Collected data:
******************************

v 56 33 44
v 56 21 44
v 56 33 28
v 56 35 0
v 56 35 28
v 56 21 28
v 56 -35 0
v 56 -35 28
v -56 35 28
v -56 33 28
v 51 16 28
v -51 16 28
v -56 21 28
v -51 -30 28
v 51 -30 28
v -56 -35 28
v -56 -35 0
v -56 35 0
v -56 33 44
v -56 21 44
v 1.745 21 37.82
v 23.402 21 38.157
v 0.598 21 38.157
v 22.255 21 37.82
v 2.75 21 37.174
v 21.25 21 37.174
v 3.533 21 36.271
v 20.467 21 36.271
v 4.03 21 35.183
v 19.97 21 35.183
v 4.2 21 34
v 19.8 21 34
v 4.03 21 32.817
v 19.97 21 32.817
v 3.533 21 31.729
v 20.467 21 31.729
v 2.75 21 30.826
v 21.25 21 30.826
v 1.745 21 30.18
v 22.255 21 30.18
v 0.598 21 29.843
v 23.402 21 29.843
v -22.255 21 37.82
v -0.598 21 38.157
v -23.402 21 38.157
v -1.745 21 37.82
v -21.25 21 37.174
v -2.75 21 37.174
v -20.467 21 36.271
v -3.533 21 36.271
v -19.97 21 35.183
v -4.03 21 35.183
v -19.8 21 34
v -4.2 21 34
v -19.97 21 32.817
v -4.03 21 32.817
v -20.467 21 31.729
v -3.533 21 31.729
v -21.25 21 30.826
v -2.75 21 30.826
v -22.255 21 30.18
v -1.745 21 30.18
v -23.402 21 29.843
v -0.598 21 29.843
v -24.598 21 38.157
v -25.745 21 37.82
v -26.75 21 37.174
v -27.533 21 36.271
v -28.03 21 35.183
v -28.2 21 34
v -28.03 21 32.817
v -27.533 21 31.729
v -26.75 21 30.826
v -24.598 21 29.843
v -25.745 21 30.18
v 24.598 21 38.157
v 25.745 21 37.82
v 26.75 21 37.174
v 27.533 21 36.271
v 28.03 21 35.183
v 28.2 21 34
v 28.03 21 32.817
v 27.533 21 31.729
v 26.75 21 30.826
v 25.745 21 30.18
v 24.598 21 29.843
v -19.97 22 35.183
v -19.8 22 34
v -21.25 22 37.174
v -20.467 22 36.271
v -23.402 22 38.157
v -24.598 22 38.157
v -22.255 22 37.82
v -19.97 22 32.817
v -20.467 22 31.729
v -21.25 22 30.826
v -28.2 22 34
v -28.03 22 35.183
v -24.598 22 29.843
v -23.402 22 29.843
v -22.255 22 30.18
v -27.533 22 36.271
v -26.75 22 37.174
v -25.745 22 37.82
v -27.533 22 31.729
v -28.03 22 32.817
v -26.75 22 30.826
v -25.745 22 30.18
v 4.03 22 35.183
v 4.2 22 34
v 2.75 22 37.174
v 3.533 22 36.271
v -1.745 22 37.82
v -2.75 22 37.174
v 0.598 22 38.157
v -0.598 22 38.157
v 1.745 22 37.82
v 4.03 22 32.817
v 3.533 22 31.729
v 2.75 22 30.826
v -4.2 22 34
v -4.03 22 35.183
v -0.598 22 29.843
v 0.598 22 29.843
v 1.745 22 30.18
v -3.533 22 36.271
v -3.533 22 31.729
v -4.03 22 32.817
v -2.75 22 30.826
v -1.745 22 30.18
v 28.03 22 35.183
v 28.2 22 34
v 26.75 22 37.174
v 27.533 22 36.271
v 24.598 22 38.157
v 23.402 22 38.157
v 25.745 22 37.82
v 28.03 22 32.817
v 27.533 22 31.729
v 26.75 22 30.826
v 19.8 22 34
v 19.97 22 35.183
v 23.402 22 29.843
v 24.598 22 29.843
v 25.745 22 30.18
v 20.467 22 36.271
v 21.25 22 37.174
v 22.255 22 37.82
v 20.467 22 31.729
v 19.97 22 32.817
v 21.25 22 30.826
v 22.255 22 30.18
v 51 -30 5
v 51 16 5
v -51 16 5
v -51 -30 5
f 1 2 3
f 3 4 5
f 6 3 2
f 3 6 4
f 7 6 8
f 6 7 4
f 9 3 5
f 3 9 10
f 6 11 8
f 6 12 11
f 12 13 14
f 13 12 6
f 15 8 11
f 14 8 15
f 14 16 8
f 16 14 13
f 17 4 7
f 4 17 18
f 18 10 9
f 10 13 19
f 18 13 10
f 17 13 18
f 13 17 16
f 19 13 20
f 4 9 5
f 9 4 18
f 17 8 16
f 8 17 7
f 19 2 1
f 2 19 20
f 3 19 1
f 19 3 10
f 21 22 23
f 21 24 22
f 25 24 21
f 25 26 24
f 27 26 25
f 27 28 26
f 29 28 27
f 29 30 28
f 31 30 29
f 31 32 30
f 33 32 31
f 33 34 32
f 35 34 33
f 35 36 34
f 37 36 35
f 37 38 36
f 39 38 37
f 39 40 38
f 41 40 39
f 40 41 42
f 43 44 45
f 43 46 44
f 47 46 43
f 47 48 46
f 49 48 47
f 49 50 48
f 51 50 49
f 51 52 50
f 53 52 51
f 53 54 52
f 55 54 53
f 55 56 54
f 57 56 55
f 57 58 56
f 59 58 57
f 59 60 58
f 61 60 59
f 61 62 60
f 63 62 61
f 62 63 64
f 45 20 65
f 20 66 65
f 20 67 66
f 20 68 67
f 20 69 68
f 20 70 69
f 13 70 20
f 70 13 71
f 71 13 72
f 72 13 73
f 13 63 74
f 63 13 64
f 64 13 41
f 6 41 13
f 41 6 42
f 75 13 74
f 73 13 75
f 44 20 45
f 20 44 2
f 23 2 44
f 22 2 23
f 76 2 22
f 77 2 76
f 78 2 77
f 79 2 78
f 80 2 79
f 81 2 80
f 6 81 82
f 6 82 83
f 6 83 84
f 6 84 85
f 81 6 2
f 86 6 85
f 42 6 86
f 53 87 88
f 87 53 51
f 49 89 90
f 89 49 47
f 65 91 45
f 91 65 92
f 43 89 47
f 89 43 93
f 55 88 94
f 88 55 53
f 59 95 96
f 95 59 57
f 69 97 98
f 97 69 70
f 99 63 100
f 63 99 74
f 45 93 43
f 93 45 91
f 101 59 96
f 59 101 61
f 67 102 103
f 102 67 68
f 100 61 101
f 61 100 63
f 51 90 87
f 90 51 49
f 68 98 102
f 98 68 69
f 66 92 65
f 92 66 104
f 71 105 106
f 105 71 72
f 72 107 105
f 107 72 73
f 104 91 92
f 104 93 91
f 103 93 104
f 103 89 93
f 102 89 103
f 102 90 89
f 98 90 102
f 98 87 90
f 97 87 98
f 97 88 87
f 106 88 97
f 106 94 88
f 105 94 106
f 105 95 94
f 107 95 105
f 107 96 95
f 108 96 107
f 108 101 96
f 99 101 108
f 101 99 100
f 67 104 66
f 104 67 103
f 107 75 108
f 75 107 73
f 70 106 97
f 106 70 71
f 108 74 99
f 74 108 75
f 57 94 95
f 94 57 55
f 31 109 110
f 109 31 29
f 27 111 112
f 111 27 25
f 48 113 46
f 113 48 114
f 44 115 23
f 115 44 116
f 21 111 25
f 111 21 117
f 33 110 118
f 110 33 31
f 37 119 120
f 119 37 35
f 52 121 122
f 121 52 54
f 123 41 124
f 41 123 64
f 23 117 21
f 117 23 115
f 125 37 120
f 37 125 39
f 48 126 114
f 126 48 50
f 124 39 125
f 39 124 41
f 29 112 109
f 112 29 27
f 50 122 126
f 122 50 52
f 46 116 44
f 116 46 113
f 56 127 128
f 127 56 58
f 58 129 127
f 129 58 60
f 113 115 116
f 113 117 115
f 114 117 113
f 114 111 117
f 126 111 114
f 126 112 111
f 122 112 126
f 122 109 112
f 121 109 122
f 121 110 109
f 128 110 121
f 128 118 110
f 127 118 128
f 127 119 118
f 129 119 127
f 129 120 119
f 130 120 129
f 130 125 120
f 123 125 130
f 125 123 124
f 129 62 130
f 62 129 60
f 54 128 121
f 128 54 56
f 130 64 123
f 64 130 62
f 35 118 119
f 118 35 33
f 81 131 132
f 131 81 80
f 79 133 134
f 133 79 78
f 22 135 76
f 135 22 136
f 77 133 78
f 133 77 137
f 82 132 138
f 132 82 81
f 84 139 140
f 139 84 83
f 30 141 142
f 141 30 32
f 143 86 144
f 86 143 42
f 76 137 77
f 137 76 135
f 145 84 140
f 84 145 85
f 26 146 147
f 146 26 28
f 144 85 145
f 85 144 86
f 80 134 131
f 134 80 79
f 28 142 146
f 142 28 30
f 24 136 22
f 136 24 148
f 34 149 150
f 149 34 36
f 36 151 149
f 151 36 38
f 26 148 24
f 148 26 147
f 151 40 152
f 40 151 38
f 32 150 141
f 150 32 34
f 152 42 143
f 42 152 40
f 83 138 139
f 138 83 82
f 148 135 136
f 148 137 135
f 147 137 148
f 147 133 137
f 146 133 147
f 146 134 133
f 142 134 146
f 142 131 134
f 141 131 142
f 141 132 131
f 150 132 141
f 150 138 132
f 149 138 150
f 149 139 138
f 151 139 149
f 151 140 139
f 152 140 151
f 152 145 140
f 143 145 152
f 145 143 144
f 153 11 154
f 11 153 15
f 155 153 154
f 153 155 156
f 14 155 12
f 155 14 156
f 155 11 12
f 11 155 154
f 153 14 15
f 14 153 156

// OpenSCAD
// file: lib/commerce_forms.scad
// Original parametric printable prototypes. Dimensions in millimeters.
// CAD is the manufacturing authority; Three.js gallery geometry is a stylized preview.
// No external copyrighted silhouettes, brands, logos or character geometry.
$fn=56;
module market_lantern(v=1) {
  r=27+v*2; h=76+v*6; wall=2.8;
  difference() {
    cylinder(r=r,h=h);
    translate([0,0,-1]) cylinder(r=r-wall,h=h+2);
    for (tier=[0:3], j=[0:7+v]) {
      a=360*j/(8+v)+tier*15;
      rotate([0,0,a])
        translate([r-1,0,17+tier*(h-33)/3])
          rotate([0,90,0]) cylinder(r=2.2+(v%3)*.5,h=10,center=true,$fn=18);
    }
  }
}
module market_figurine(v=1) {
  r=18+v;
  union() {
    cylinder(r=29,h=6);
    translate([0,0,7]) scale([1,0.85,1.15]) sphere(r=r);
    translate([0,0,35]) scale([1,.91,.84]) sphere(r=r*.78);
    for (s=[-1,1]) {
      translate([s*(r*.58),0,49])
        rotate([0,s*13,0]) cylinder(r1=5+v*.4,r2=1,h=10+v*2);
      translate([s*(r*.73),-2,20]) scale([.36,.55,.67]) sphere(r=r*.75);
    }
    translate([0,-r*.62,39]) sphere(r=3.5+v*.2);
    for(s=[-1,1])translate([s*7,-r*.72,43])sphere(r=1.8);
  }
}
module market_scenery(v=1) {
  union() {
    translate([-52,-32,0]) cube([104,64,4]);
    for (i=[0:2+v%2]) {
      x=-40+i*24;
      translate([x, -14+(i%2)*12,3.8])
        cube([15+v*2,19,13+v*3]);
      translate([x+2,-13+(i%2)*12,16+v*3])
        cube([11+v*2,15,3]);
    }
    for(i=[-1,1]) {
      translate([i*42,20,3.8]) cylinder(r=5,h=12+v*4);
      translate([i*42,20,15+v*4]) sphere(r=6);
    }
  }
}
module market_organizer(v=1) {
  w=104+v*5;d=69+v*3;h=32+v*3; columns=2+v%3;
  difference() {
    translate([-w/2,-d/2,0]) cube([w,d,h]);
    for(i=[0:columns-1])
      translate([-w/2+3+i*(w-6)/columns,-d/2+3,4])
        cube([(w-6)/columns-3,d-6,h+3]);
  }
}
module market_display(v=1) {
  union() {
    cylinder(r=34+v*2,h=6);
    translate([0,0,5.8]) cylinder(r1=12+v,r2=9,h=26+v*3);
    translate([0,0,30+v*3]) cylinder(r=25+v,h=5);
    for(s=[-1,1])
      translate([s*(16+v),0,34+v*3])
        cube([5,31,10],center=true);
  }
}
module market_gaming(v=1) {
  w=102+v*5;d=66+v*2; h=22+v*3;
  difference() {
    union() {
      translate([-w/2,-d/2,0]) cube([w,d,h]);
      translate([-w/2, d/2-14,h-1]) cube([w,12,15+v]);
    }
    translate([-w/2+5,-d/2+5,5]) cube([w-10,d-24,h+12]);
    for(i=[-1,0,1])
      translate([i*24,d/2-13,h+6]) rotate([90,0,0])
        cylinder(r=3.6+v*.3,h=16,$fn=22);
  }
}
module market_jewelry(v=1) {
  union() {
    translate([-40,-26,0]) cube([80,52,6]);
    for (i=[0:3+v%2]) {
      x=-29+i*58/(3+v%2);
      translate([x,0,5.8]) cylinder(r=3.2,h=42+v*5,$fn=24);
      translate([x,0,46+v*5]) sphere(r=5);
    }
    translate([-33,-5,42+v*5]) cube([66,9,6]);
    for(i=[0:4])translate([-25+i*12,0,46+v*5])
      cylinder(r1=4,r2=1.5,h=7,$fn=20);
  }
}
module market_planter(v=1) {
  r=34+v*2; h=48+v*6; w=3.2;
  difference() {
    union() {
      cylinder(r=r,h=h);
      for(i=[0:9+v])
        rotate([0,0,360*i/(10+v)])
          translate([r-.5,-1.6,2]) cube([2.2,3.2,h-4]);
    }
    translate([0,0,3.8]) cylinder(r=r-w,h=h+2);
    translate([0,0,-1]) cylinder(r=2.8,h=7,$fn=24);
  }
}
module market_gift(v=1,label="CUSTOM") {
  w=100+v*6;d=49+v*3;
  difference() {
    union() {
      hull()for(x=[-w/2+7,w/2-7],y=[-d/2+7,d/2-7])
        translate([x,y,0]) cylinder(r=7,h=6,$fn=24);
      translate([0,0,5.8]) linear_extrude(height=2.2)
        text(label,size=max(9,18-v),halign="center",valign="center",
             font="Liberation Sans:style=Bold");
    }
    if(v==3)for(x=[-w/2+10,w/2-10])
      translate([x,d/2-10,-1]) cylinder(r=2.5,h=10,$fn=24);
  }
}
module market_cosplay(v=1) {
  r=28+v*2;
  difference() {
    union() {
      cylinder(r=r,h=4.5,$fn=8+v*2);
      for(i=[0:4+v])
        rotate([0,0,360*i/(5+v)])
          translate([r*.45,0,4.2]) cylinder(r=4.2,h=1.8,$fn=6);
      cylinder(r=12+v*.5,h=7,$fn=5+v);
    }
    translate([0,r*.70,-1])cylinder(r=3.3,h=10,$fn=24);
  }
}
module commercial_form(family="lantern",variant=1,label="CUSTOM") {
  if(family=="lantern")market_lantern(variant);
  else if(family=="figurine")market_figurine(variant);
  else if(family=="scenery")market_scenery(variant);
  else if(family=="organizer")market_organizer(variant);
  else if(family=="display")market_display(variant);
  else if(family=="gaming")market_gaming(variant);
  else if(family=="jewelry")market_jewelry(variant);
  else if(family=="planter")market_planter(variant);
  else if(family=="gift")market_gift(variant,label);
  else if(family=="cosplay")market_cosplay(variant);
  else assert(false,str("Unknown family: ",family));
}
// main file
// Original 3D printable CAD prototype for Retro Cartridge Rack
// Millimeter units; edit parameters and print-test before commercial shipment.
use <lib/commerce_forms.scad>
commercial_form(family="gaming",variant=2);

******************************

> **What you will do**:
Start at the first line of the entries and stop at the line that contains "v 1.745 21 30.18". Repeat every line in that span exactly, and nothing beyond it.

> **Output of the exercise**:
v 56 33 44
v 56 21 44
v 56 33 28
v 56 35 0
v 56 35 28
v 56 21 28
v 56 -35 0
v 56 -35 28
v -56 35 28
v -56 33 28
v 51 16 28
v -51 16 28
v -56 21 28
v -51 -30 28
v 51 -30 28
v -56 -35 28
v -56 -35 0
v -56 35 0
v -56 33 44
v -56 21 44
v 1.745 21 37.82
v 23.402 21 38.157
v 0.598 21 38.157
v 22.255 21 37.82
v 2.75 21 37.174
v 21.25 21 37.174
v 3.533 21 36.271
v 20.467 21 36.271
v 4.03 21 35.183
v 19.97 21 35.183
v 4.2 21 34
v 19.8 21 34
v 4.03 21 32.817
v 19.97 21 32.817
v 3.533 21 31.729
v 20.467 21 31.729
v 2.75 21 30.826
v 21.25 21 30.826
v 1.745 21 30.18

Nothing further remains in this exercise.